Now that every man and his dog seem to be involved in cryptocurrency, the ATO has started exploring ways to make sure they’re all paying their fair share of tax.

The taxation overlords say they’re working with a number of external parties to ensure a fair outcome is reached for all parties. These include tax experts, lawyers, tech specialists, and banking and finance advisers. The “external consultations” will take the form of a workshop conducted in February.

“This meeting will explore common queries from clients, practical issues and the tax implications arising from current cryptocurrency transactions and anticipated developments,” an ATO spokesperson said.

“The creation, trade and use of cryptocurrencies is a rapidly evolving area. The ATO is continuing to work proactively both domestically and internationally to identify and respond to any issues related to the tax implications of cryptocurrencies, whether as a result of new types of transactions, new structures or new participants entering the increasingly digitised environment.” 

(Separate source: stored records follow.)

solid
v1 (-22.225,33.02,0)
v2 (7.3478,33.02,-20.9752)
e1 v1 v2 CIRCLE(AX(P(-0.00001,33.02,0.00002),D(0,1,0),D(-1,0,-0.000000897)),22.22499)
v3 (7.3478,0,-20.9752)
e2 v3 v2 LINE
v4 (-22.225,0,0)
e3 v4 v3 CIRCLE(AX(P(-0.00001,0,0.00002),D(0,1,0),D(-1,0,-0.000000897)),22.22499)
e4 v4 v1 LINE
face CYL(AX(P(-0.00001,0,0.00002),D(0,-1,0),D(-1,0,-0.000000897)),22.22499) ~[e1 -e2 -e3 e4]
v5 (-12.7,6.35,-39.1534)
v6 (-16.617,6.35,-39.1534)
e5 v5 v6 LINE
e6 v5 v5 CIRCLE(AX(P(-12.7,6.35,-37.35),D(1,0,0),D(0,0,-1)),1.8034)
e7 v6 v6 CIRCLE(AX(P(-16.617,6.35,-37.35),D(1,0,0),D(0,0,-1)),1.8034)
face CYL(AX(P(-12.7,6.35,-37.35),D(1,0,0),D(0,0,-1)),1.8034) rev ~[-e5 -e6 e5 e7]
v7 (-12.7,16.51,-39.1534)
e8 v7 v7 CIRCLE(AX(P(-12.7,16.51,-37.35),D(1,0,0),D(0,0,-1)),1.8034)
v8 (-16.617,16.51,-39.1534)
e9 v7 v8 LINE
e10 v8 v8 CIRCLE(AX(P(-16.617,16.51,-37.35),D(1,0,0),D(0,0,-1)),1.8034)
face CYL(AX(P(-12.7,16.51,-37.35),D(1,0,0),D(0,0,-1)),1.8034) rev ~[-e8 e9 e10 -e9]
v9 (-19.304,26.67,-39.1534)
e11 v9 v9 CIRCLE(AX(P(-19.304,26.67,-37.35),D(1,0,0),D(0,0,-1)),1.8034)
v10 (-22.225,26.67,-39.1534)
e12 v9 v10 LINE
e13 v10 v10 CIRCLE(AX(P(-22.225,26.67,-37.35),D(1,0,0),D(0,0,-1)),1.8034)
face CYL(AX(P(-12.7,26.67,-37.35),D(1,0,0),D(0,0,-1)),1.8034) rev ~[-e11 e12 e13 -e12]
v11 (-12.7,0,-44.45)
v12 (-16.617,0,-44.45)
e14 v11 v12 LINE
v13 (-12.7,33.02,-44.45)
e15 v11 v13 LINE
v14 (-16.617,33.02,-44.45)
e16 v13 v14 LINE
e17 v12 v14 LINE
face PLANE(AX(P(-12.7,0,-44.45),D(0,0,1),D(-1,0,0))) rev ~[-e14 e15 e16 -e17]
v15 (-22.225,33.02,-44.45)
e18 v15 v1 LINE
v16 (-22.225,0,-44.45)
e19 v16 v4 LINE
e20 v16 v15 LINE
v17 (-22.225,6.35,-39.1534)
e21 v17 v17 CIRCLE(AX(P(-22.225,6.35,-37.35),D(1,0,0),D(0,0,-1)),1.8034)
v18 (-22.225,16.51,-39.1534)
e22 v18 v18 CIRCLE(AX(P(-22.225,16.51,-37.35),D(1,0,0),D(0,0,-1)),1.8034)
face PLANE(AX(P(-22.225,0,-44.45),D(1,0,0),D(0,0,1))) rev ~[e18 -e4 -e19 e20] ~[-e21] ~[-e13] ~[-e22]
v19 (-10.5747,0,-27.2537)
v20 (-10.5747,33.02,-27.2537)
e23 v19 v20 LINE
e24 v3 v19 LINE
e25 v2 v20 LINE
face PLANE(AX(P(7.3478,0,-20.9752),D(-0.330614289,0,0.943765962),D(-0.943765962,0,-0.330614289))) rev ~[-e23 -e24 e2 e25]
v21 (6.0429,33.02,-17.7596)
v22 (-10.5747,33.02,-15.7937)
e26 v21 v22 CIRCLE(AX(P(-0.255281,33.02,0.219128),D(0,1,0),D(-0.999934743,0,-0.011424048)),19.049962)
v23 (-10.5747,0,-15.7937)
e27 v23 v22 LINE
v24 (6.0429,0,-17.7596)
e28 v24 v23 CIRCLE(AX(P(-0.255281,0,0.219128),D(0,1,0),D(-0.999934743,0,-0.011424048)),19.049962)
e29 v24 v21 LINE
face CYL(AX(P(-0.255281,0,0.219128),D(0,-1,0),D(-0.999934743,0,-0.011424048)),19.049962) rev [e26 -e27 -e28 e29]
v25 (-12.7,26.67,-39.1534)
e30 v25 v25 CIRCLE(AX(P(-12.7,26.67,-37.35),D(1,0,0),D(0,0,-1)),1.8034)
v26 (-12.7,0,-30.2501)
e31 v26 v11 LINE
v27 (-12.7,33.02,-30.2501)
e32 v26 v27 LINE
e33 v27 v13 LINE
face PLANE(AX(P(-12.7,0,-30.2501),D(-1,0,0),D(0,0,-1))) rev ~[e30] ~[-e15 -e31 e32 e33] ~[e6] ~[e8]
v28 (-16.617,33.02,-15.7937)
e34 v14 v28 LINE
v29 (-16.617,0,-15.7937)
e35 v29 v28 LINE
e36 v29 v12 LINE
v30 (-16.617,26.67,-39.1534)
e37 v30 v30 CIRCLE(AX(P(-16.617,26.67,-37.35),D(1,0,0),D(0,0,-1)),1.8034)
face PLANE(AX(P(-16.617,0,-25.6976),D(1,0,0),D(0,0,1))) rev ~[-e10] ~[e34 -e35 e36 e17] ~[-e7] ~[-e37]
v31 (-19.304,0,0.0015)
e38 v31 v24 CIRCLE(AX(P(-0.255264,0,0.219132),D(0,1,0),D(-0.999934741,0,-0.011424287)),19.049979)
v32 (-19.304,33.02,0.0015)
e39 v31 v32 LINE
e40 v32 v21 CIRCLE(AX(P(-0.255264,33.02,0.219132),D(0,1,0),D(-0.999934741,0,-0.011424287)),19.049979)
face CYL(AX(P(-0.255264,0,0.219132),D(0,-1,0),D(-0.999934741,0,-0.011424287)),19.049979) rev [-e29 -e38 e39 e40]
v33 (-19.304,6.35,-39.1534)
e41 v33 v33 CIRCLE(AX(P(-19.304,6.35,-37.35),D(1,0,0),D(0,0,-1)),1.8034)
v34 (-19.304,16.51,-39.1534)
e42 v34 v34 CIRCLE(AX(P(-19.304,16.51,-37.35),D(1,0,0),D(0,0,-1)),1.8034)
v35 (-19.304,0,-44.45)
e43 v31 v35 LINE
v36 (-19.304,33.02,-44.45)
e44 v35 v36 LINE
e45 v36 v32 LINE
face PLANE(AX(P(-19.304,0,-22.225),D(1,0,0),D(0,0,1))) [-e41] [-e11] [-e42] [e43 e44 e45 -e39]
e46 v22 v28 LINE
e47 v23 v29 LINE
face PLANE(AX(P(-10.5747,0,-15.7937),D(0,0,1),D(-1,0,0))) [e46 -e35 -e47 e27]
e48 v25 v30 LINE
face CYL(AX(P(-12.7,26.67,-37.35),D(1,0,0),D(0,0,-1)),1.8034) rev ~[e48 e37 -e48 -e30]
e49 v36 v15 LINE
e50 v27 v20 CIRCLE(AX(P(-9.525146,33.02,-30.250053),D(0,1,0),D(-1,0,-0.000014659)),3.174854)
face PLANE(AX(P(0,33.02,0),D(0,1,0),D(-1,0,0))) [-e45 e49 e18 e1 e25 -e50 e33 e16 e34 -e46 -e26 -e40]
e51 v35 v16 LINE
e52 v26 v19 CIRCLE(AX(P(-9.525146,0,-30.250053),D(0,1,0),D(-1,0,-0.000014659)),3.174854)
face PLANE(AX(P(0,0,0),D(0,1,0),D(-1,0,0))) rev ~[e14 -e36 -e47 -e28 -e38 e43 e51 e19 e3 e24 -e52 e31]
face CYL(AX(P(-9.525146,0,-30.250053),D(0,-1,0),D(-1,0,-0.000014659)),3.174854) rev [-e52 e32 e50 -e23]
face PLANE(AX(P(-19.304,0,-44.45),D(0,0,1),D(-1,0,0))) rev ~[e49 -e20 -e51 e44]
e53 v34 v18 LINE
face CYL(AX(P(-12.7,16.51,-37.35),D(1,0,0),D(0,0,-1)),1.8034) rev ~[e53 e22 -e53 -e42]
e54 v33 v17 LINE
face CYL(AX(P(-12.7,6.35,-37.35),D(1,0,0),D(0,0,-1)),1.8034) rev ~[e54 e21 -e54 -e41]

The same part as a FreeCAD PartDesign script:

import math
import FreeCAD as App
import Part
import Sketcher
from FreeCAD import Vector
Q = App.Units.Quantity

doc = App.newDocument("Part")
body = doc.addObject("PartDesign::Body", "Body")

sketch1 = body.newObject("Sketcher::SketchObject", "Sketch")
sketch1.AttachmentSupport = (doc.getObject("XZ_Plane"), [""])
sketch1.MapMode = "FlatFace"
sketch1.addGeometry([
    Part.ArcOfCircle(Part.Circle(Vector(-0.3, 0.2, 0), Vector(0, 0, 1), 19), math.radians(-71), math.radians(181)),
    Part.LineSegment(Vector(-19.3, 0, 0), Vector(-19.3, -44.5, 0)),
    Part.LineSegment(Vector(-19.3, -44.5, 0), Vector(-22.2, -44.5, 0)),
    Part.LineSegment(Vector(-22.2, -44.5, 0), Vector(-22.2, 0, 0)),
    Part.ArcOfCircle(Part.Circle(Vector(0, 0, 0), Vector(0, 0, 1), 22.2), math.radians(-71), math.radians(180)),
    Part.LineSegment(Vector(7.3, -21, 0), Vector(-10.6, -27.3, 0)),
    Part.ArcOfCircle(Part.Circle(Vector(-9.5, -30.3, 0), Vector(0, 0, 1), 3.2), math.radians(109), math.radians(180)),
    Part.LineSegment(Vector(-12.7, -30.3, 0), Vector(-12.7, -44.5, 0)),
    Part.LineSegment(Vector(-12.7, -44.5, 0), Vector(-16.6, -44.5, 0)),
    Part.LineSegment(Vector(-16.6, -44.5, 0), Vector(-16.6, -15.8, 0)),
    Part.LineSegment(Vector(-16.6, -15.8, 0), Vector(-10.6, -15.8, 0)),
    Part.ArcOfCircle(Part.Circle(Vector(-0.3, 0.2, 0), Vector(0, 0, 1), 19), math.radians(-123), math.radians(-71)),
], False)
sketch1.addConstraint([
    Sketcher.Constraint("Coincident", 0, 2, 1, 1),
    Sketcher.Constraint("Coincident", 1, 2, 2, 1),
    Sketcher.Constraint("Coincident", 2, 2, 3, 1),
    Sketcher.Constraint("Tangent", 3, 2, 4, 2),
    Sketcher.Constraint("Tangent", 4, 1, 5, 1),
    Sketcher.Constraint("Tangent", 5, 2, 6, 1),
    Sketcher.Constraint("Tangent", 6, 2, 7, 1),
    Sketcher.Constraint("Coincident", 7, 2, 8, 1),
    Sketcher.Constraint("Coincident", 8, 2, 9, 1),
    Sketcher.Constraint("Coincident", 9, 2, 10, 1),
    Sketcher.Constraint("Coincident", 10, 2, 11, 1),
    Sketcher.Constraint("Tangent", 11, 2, 0, 1),
    Sketcher.Constraint("Vertical", 1),
    Sketcher.Constraint("Horizontal", 2),
    Sketcher.Constraint("Vertical", 3),
    Sketcher.Constraint("Vertical", 7),
    Sketcher.Constraint("Horizontal", 8),
    Sketcher.Constraint("Vertical", 9),
    Sketcher.Constraint("Horizontal", 10),
    Sketcher.Constraint("Coincident", 4, 3, -1, 1),
    Sketcher.Constraint("Equal", 0, 11),
    Sketcher.Constraint("Horizontal", 2, 2, 7, 2),
    Sketcher.Constraint("Vertical", 5, 2, 10, 2),
    Sketcher.Constraint("Radius", 0, Q("0.75 in")),
    Sketcher.Constraint("Radius", 4, Q("0.875 in")),
    Sketcher.Constraint("Radius", 6, Q("0.125 in")),
    Sketcher.Constraint("DistanceY", 3, 1, 3, 2, Q("1.75 in")),
    Sketcher.Constraint("DistanceX", 6, 2, -1, 1, Q("0.5 in")),
    Sketcher.Constraint("DistanceX", 2, 2, 2, 1, Q("0.115 in")),
    Sketcher.Constraint("DistanceY", 9, 1, 9, 2, Q("1.1282 in")),
    Sketcher.Constraint("DistanceY", 6, 3, 0, 2, Q("1.191 in")),
    Sketcher.Constraint("DistanceX", 8, 2, 8, 1, Q("3.917 mm")),
    Sketcher.Constraint("DistanceX", 10, 1, 10, 2, Q("6.0423 mm")),
    Sketcher.Constraint("DistanceX", -1, 1, 11, 2, Q("0.2379 in")),
])
pad1 = body.newObject("PartDesign::Pad", "Pad")
pad1.Profile = sketch1
pad1.Length = Q("1.3 in")
pad1.Reversed = True

sketch2 = body.newObject("Sketcher::SketchObject", "Sketch001")
sketch2.AttachmentSupport = (doc.getObject("YZ_Plane"), [""])
sketch2.MapMode = "FlatFace"
sketch2.AttachmentOffset = App.Placement(Vector(0, 0, -0.5 * 25.4), App.Rotation())
sketch2.addGeometry([
    Part.Circle(Vector(26.7, -37.4, 0), Vector(0, 0, 1), 1.8),
    Part.Circle(Vector(16.5, -37.4, 0), Vector(0, 0, 1), 1.8),
    Part.Circle(Vector(6.3, -37.4, 0), Vector(0, 0, 1), 1.8),
], False)
sketch2.addConstraint([
    Sketcher.Constraint("Equal", 0, 1),
    Sketcher.Constraint("Equal", 1, 2),
    Sketcher.Constraint("Horizontal", 0, 3, 1, 3),
    Sketcher.Constraint("Horizontal", 1, 3, 2, 3),
    Sketcher.Constraint("Diameter", 0, Q("0.142 in")),
    Sketcher.Constraint("DistanceX", 1, 3, 0, 3, Q("0.4 in")),
    Sketcher.Constraint("DistanceX", 2, 3, 1, 3, Q("0.4 in")),
    Sketcher.Constraint("DistanceX", -1, 1, 0, 3, Q("1.05 in")),
    Sketcher.Constraint("DistanceY", 0, 3, -1, 1, Q("37.35 mm")),
])
pocket1 = body.newObject("PartDesign::Pocket", "Pocket")
pocket1.Profile = sketch2
pocket1.Type = "ThroughAll"

doc.recompute()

Cryptocurrencies aren’t currently recognised as a form of money or foreign currency in terms of Australian taxation, but rather an asset liable to capital gains tax, similar to, say, property.

The advice given by the ATO is to (as always) keep records of everything. If you’re one of those with a case of the crypto crazies, make sure you hold records for the amounts transacted (in AUD), the dates of transactions, what they were for, and the other party involved. Pretty standard stuff.

“Generally, there will be no income tax or GST implications if you are not in business or carrying on an enterprise and you simply pay for goods or services in Bitcoin,” the department says. In other words, if you’re using crypto as personal currency, there’s no difference in GST.

“Where you use bitcoin to purchase goods or services for personal use or consumption, any capital gain or loss from disposal of the bitcoin will be disregarded provided the cost of the bitcoin is $10,000 or less,” the ATO guidance says.

While folks already pay capital gains on crypto earnings, new regulations will likely bring the digital currency in line with traditional investments. Last year, the ATO introduced amendments to the Anti-Money Laundering and Counter-Terrorism Financing Act, as well as removing double taxation.

At the end of the day, if you’re getting into crypto investing, it’s always important to keep an eye on any changes to rules and regulations to make sure you don’t get stung.